The strikes have raised pressure on Hizbullah, which last week suffered an attack its secretary general Hassan Nasrallah called unprecedented in the group’s history, after thousands of pagers and walkie-talkies used by its members exploded.
The operation was widely blamed on Israel, which has not confirmed or denied responsibility.
In another major blow, an Israeli air strike on Beirut’s southern suburb on Friday struck senior Hizbullah commanders, killing 45 people, according to the Lebanese health ministry.
Hizbullah said 16 members of the group were among the dead, including senior leader Ibrahim Aqil and another commander, Ahmed Wahbi.
The fighting has raised fears that the US, Israel’s close ally, and Iran will be sucked into a wider Middle East war.
One person was slightly hurt by shrapnel from a rocket barrage in northern Israel, according to the Israeli ambulance service.
Imad Kreidieh, head of Lebanese telecoms company Ogero, told Reuters on Monday that more than 80,000 automated calls asking people to evacuate their areas were detected on the network. Not all were answered. Lebanon’s interior minister Bassam al-Mawlawi opened schools in Beirut, the northern city of Tripoli and in the south as shelters amid heavy displacement of citizens, his office said.
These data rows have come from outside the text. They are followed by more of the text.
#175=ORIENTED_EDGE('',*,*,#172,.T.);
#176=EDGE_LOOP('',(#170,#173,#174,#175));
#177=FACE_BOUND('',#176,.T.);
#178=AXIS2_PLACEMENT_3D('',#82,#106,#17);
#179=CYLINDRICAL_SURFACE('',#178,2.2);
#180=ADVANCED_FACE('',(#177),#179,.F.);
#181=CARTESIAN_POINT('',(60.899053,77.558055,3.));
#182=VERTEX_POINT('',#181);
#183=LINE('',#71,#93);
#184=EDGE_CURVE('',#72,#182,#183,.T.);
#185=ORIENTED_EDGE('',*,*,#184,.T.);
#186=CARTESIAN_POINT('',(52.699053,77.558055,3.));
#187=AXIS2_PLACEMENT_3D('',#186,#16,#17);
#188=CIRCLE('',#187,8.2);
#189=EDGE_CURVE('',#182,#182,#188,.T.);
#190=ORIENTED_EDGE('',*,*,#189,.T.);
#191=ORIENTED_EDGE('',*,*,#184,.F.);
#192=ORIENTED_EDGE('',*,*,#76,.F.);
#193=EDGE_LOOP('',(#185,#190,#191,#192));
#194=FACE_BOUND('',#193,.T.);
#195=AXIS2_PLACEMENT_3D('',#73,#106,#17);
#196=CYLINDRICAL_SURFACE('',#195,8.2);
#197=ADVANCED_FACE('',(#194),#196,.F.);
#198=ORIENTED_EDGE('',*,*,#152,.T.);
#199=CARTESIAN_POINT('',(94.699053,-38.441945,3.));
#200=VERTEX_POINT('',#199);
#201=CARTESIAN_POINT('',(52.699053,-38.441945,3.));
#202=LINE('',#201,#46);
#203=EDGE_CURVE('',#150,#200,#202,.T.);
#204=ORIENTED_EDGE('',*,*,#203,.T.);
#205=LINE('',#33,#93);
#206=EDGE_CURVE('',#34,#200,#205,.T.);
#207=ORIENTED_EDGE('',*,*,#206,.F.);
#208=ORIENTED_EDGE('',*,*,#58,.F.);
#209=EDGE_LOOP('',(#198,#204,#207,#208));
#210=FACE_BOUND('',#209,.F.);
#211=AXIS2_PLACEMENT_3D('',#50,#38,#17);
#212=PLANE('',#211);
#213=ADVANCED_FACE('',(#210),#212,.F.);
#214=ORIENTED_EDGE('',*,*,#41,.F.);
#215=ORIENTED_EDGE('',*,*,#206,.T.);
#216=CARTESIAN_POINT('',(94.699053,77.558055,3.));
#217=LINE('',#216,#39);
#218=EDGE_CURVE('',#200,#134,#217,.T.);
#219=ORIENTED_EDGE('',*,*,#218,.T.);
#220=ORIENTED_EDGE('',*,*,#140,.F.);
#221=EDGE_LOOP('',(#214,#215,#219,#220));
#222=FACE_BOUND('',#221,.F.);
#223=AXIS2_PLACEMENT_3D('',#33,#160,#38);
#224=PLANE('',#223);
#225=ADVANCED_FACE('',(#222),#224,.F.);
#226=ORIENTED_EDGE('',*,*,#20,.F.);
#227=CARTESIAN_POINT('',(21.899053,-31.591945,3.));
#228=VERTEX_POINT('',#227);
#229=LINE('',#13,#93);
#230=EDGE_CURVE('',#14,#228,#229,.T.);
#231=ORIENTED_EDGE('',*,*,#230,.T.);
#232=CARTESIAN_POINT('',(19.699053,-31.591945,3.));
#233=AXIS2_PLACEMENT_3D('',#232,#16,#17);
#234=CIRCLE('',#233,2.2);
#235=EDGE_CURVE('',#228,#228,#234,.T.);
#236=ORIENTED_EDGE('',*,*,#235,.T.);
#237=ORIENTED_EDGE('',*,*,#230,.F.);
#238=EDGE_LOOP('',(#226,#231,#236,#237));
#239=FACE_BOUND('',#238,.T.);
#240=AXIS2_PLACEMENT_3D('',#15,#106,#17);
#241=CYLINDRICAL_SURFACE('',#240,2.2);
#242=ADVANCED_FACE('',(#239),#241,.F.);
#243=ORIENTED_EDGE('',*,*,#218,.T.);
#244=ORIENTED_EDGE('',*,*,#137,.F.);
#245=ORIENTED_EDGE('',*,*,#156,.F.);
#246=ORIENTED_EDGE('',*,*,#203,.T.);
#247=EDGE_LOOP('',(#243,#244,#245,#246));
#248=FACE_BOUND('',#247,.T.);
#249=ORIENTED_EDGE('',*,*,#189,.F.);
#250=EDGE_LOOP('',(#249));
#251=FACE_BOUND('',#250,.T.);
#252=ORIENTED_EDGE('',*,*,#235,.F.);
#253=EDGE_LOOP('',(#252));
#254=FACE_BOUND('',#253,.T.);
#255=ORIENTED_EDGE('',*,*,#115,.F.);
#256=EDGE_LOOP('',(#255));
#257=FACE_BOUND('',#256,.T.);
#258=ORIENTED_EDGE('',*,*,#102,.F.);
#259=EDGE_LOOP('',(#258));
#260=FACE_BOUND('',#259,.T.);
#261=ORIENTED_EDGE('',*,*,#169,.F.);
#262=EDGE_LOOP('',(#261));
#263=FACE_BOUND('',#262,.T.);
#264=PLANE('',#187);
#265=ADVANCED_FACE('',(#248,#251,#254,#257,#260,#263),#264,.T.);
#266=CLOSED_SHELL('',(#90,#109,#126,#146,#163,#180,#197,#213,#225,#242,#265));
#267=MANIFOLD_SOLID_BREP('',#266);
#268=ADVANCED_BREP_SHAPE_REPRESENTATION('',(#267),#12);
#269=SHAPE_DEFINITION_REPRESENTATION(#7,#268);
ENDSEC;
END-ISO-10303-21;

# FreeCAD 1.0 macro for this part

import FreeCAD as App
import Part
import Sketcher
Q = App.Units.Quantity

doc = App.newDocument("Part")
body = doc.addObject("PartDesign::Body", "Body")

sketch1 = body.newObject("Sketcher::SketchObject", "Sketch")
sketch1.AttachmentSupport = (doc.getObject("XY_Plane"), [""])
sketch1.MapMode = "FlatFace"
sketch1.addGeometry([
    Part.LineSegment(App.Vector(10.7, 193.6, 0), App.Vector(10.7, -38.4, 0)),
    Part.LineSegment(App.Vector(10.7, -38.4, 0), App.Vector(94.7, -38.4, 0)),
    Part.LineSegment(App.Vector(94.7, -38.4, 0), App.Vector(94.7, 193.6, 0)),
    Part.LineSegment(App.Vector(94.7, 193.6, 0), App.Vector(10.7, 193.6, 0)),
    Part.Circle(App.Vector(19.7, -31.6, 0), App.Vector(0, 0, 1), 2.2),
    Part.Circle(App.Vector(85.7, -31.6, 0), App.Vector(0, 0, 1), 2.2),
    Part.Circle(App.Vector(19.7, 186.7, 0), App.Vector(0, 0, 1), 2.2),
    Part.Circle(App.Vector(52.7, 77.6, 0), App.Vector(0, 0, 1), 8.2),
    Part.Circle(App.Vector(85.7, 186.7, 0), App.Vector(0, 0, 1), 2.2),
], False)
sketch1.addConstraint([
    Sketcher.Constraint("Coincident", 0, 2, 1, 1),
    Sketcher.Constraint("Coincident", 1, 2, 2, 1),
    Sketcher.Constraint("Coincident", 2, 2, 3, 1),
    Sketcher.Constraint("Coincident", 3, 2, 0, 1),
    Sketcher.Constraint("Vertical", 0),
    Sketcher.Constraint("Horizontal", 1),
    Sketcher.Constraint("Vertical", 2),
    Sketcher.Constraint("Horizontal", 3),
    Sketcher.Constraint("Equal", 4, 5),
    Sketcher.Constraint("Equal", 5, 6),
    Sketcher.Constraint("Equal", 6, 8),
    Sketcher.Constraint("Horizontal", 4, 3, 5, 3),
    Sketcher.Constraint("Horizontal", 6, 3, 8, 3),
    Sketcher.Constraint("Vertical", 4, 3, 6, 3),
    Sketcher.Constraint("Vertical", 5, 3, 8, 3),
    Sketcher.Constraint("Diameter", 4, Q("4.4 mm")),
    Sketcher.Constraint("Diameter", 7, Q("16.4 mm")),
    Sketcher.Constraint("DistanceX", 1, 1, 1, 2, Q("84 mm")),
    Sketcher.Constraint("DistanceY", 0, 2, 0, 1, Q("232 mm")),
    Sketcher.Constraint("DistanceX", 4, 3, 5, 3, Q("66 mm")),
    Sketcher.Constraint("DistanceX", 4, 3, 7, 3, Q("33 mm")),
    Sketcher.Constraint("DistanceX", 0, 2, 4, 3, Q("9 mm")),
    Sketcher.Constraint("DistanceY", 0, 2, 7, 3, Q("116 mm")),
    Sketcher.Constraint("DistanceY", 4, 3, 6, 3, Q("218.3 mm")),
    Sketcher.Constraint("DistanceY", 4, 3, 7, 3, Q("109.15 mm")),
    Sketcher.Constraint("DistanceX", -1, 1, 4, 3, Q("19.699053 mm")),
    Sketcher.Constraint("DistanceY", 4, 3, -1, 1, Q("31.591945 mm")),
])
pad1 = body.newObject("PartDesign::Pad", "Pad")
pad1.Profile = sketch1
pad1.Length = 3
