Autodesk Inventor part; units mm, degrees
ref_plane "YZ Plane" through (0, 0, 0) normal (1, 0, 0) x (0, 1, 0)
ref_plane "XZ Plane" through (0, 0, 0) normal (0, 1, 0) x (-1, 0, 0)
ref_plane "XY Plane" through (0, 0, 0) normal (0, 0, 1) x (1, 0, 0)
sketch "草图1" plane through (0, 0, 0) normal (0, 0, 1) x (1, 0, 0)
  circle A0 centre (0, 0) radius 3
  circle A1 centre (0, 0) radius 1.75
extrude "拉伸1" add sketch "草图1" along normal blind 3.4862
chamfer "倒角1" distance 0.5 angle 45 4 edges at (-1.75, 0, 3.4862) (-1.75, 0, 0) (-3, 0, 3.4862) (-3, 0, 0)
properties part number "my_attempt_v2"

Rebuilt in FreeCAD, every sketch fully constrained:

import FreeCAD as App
import Part
import Sketcher
from FreeCAD import Vector
Q = App.Units.Quantity


def edges_at(feature, points):
    """Names of the edges that pass closest to the given points."""
    edges = feature.Shape.Edges
    near = lambda p: min(range(len(edges)), key=lambda i: edges[i].distToShape(Part.Vertex(*p))[0])
    return sorted({f"Edge{near(p) + 1}" for p in points})

doc = App.newDocument("Part")
body = doc.addObject("PartDesign::Body", "Body")

# Sketch on XY plane
sketch1 = body.newObject("Sketcher::SketchObject", "Sketch")
sketch1.AttachmentSupport = (doc.getObject("XY_Plane"), [""])
sketch1.MapMode = "FlatFace"
sketch1.addGeometry(Part.Circle(Vector(0, 0, 0), Vector(0, 0, 1), 3), False)
sketch1.addGeometry(Part.Circle(Vector(0, 0, 0), Vector(0, 0, 1), 1.8), False)
sketch1.addConstraint(Sketcher.Constraint("Coincident", 0, 3, -1, 1))
sketch1.addConstraint(Sketcher.Constraint("Coincident", 1, 3, -1, 1))
sketch1.addConstraint(Sketcher.Constraint("Diameter", 0, Q("6 mm")))
sketch1.addConstraint(Sketcher.Constraint("Diameter", 1, Q("3.5 mm")))
pad1 = body.newObject("PartDesign::Pad", "Pad")
pad1.Profile = sketch1
pad1.Length = 3.4862
doc.recompute()

chamfer = body.newObject("PartDesign::Chamfer", "Chamfer")
chamfer.Base = (pad1, edges_at(pad1, [
    (-1.75, 0, 3.486),
    (-1.75, 0, 0),
    (-3, 0, 3.486),
    (-3, 0, 0),
]))
chamfer.Size = 0.5

doc.recompute()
Evacuation calls have been received on phones as far as the Lebanese capital, Beirut.
Lebanon’s information minister Ziad Makary said his ministry had received a call ordering the building to evacuate, but said the ministry would do no such thing. “This is a psychological war,” Mr Makary told Reuters.
Suffering from a financial meltdown, Lebanon can ill afford to face another war like the one that erupted in 2006, when Israel pounded the country during a month-long conflict with Hizbullah, inflicting heavy damage to infrastructure.
In the eastern Beirut district of Sassine, state employee Joseph Ghafary said he feared Hizbullah would respond to Israel’s strikes and that a full-blown war would break out.
“If Hizbullah carries out a major operation, Israel will respond and destroy more than this. We can’t bear it,” he said.
“Israel wants to strike, it wants to keep going, meaning it is squeezing Sayyed Hassan [Nasrallah] to start a war. It is definitely dangerous.”
Mohammed Sibai, a shop owner in the Beirut neighbourhood of Hamra, told Reuters that he saw the escalation in strikes as “the beginning of the war.” “If they want war, what can we do? It was imposed on us. We cannot do anything,” he said.